For B_g, we consider X = (K, Z, Θ, Δ, Ω) as a community unit (CU) of line graph G with respect to B_g, where Z = {z_ik} is the module membership matrix that Z_ik = 1 indicates node i belongs to module k, and otherwise. From the hypothesis space of X, one can expect to find the optimal one to predict the module correlation exactly in terms of B_g. Based on the posteriori maximum principle, for a given line graph G, we expect to select the optimal X according to B_g by maximizing the posterior probability. Specifically, there is $P (X | G, B_{g}) \propto P (G | X, B_{g}) P (X | B_{g}) .$ (2) Here, P (X|G, B_g), P (G|X, B_g), and P (X|B_g) denote the posteriori of X given line graph G and B_g, the likelihood of line graph G given X and B_g, and the priori of X given B_g, respectively.

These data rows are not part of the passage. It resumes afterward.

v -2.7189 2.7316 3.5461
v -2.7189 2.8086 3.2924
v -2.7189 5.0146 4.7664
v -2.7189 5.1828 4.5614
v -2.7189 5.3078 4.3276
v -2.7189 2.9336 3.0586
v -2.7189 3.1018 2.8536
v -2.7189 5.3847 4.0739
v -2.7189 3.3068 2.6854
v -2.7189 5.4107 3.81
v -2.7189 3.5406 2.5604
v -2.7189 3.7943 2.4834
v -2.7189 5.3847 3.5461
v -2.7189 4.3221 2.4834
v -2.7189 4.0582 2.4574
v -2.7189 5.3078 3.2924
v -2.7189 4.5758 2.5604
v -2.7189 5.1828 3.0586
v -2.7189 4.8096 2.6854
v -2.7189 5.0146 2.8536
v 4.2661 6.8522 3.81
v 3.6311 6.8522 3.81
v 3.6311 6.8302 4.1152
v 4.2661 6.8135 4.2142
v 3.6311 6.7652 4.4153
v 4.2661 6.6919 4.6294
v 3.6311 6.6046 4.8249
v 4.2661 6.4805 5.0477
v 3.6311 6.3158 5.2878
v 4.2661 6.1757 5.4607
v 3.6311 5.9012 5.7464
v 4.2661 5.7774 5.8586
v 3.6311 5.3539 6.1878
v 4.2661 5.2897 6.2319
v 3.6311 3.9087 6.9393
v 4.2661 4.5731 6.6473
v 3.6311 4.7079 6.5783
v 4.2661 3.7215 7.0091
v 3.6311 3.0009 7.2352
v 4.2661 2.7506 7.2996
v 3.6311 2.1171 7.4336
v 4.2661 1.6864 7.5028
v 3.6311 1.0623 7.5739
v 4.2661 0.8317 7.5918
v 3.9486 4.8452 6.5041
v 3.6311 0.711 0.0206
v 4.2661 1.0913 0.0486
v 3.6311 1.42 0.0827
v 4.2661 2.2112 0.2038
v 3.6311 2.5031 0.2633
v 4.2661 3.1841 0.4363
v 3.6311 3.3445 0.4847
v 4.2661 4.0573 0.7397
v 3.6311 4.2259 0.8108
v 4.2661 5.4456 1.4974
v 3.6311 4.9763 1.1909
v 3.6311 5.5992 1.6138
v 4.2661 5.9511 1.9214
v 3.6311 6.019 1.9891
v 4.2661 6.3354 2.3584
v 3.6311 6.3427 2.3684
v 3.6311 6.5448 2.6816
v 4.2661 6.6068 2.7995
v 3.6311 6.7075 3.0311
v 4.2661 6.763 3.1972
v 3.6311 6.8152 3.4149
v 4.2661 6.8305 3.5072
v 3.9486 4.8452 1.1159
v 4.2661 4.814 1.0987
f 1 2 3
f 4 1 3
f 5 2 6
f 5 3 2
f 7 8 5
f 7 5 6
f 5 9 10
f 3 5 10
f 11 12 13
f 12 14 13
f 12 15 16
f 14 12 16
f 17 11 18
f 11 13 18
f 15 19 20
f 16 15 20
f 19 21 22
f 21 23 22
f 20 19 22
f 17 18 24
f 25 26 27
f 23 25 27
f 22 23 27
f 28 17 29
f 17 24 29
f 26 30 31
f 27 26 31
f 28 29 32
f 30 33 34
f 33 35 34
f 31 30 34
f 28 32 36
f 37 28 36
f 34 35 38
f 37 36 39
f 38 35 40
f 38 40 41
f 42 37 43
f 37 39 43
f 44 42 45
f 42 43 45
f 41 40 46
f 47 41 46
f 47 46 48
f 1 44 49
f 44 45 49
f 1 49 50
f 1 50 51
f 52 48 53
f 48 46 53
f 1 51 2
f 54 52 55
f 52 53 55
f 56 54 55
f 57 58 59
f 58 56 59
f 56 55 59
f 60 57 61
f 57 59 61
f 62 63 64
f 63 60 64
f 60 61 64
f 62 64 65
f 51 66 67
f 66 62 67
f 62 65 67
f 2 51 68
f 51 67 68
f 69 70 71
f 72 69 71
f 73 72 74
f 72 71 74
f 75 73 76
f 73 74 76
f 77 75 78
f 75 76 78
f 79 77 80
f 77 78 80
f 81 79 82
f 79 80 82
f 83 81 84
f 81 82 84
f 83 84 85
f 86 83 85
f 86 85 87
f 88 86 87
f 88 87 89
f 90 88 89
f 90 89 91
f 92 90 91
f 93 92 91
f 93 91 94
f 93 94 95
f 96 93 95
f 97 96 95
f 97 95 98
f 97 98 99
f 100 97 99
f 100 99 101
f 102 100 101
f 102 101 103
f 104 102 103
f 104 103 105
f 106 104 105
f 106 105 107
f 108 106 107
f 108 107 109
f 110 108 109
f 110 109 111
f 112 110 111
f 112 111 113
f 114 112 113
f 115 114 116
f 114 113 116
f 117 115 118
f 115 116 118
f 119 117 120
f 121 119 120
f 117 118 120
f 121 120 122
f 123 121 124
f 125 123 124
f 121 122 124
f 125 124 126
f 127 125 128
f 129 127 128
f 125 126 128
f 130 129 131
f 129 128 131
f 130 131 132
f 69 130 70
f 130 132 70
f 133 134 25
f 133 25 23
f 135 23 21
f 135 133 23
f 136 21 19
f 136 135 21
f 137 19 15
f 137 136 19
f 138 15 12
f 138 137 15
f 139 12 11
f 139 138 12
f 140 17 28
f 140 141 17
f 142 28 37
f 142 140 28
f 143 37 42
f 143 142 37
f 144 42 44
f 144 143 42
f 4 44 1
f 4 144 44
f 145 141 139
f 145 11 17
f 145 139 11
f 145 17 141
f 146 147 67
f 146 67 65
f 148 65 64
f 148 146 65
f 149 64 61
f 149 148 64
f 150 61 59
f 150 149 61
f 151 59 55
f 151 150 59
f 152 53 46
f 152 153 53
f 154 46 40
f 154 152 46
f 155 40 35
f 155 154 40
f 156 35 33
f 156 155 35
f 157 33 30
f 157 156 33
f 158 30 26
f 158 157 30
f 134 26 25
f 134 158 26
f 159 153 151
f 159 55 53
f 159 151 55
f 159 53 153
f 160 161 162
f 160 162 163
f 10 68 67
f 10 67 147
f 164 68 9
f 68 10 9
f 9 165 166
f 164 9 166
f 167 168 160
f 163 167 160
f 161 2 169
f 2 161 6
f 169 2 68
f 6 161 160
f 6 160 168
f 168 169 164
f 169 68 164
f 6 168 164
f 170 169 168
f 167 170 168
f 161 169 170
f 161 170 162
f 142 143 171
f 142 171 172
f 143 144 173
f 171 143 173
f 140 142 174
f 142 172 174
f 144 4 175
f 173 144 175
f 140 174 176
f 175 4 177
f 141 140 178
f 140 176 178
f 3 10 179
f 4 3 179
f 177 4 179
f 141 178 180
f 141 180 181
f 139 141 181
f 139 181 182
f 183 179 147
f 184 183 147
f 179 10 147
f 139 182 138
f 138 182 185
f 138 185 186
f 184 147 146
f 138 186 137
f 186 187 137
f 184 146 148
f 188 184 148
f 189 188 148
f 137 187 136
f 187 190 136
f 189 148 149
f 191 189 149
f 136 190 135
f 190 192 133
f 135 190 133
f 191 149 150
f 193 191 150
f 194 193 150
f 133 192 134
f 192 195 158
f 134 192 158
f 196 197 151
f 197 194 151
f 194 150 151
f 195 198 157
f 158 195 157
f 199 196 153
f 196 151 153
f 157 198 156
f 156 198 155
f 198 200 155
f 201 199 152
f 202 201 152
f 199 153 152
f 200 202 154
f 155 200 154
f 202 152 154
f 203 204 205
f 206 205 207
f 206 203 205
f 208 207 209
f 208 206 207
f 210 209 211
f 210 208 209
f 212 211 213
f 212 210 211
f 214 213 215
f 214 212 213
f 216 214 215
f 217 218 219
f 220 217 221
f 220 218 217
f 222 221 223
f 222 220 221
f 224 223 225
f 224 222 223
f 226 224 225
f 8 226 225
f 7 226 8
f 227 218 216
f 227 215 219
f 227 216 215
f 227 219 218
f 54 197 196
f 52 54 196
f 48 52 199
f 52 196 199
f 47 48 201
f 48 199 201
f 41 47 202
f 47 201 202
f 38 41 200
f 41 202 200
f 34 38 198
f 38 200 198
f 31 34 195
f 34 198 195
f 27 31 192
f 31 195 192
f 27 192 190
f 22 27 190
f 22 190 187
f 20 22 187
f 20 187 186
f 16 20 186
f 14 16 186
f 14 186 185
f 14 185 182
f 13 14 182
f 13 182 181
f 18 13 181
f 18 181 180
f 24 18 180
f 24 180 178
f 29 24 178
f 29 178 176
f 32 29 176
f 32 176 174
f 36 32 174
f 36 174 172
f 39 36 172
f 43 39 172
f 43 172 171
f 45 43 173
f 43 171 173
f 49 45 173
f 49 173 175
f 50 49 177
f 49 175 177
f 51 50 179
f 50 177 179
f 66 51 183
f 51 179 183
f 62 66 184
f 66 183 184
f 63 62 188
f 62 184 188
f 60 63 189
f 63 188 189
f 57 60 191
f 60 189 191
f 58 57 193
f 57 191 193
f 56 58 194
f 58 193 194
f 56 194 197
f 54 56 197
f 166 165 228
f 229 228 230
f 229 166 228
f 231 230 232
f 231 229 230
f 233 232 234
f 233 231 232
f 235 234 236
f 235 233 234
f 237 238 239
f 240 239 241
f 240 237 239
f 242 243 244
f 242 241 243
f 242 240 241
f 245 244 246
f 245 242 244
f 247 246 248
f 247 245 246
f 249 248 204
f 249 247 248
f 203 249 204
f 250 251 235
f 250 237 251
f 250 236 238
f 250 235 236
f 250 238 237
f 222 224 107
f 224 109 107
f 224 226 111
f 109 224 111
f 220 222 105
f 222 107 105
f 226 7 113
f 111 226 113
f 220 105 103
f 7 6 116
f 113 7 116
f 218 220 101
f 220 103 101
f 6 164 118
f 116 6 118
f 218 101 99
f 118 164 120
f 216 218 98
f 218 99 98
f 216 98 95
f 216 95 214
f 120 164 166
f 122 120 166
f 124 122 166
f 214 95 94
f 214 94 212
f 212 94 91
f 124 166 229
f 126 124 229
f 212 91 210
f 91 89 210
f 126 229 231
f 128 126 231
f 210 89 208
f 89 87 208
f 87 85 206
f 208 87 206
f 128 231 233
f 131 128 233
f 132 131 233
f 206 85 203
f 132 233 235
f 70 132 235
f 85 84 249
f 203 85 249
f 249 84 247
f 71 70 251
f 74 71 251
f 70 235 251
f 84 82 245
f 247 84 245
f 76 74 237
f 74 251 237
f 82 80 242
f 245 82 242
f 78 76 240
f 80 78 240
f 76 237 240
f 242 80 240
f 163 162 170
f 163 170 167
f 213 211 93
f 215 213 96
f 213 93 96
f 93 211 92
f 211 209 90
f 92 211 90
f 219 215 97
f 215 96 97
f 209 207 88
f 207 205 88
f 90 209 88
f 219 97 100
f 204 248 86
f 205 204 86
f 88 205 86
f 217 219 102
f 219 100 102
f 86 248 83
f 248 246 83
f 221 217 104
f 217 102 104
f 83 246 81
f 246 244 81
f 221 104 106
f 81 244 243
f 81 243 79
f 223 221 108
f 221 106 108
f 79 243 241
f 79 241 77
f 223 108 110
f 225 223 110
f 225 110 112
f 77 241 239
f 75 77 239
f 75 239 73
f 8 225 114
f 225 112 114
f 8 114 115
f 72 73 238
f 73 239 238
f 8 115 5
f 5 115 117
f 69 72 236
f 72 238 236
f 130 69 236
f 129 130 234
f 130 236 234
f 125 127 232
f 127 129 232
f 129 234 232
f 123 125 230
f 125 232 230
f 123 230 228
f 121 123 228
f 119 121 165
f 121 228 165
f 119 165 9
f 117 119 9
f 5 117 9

The X is used to characterize the membership and correlation behavior of line graph G. Next, in order to compress the correlation behavior in node level to module level, we propose the detailed definition of module correlation, module forward-correlation Φ = {φ_ij} and module back-correlation Ψ = {ψ_ij} in terms of Θ, Δ, Z, and Ω: $\begin{matrix} {\begin{matrix} Φ = & Θ B_{1} Z D_{- 1} = Θ Z D_{- 1} \\ Ψ = & Δ B_{1} Z D_{- 1} = Δ Z D_{- 1} \end{matrix} \end{matrix}$ (3) where D = diag (nΩ), Z is the module membership matrix. For the detailed derivation of Equation (3), please refer to the Supplementary Material[30].

Then some important properties can bedefined.

The forward and back coupling strength between two communities k and s can be represented by Φ_ks and Ψ_ks, defined as the module correlation.

The “importance” of a given community μ is defined intuitively as the sum of forward and back coupling strength, i.e. I_μ = ∑_sΦ_μs + Ψ_μs.

Specifically, we can also compress and map the membership matrix Z into module label y, where y (i) = k if the entry (i, k) of B₁Z = Z is 1 (node i belongs to module k). For a given combination y, Φ, and Ψ, we can transform the node correlation p_ij and q_ij by $p_{ij} = φ_{y (i), y (j)}; q_{ij} = ψ_{y (i), y (j)} .$ (4)

3.2 Likelihood maximization

As discussed above, we expect to find the optimal X by maximizing the posterior probability of Equation (2). According to Equation (2), as P (X|G, B_g) proportional to the product of P (G|X, B_g) and P (X|B_g), we can maximize P (X|G, B_g) by maximizing P (G|X, B_g) and P (X|B_g), respectively.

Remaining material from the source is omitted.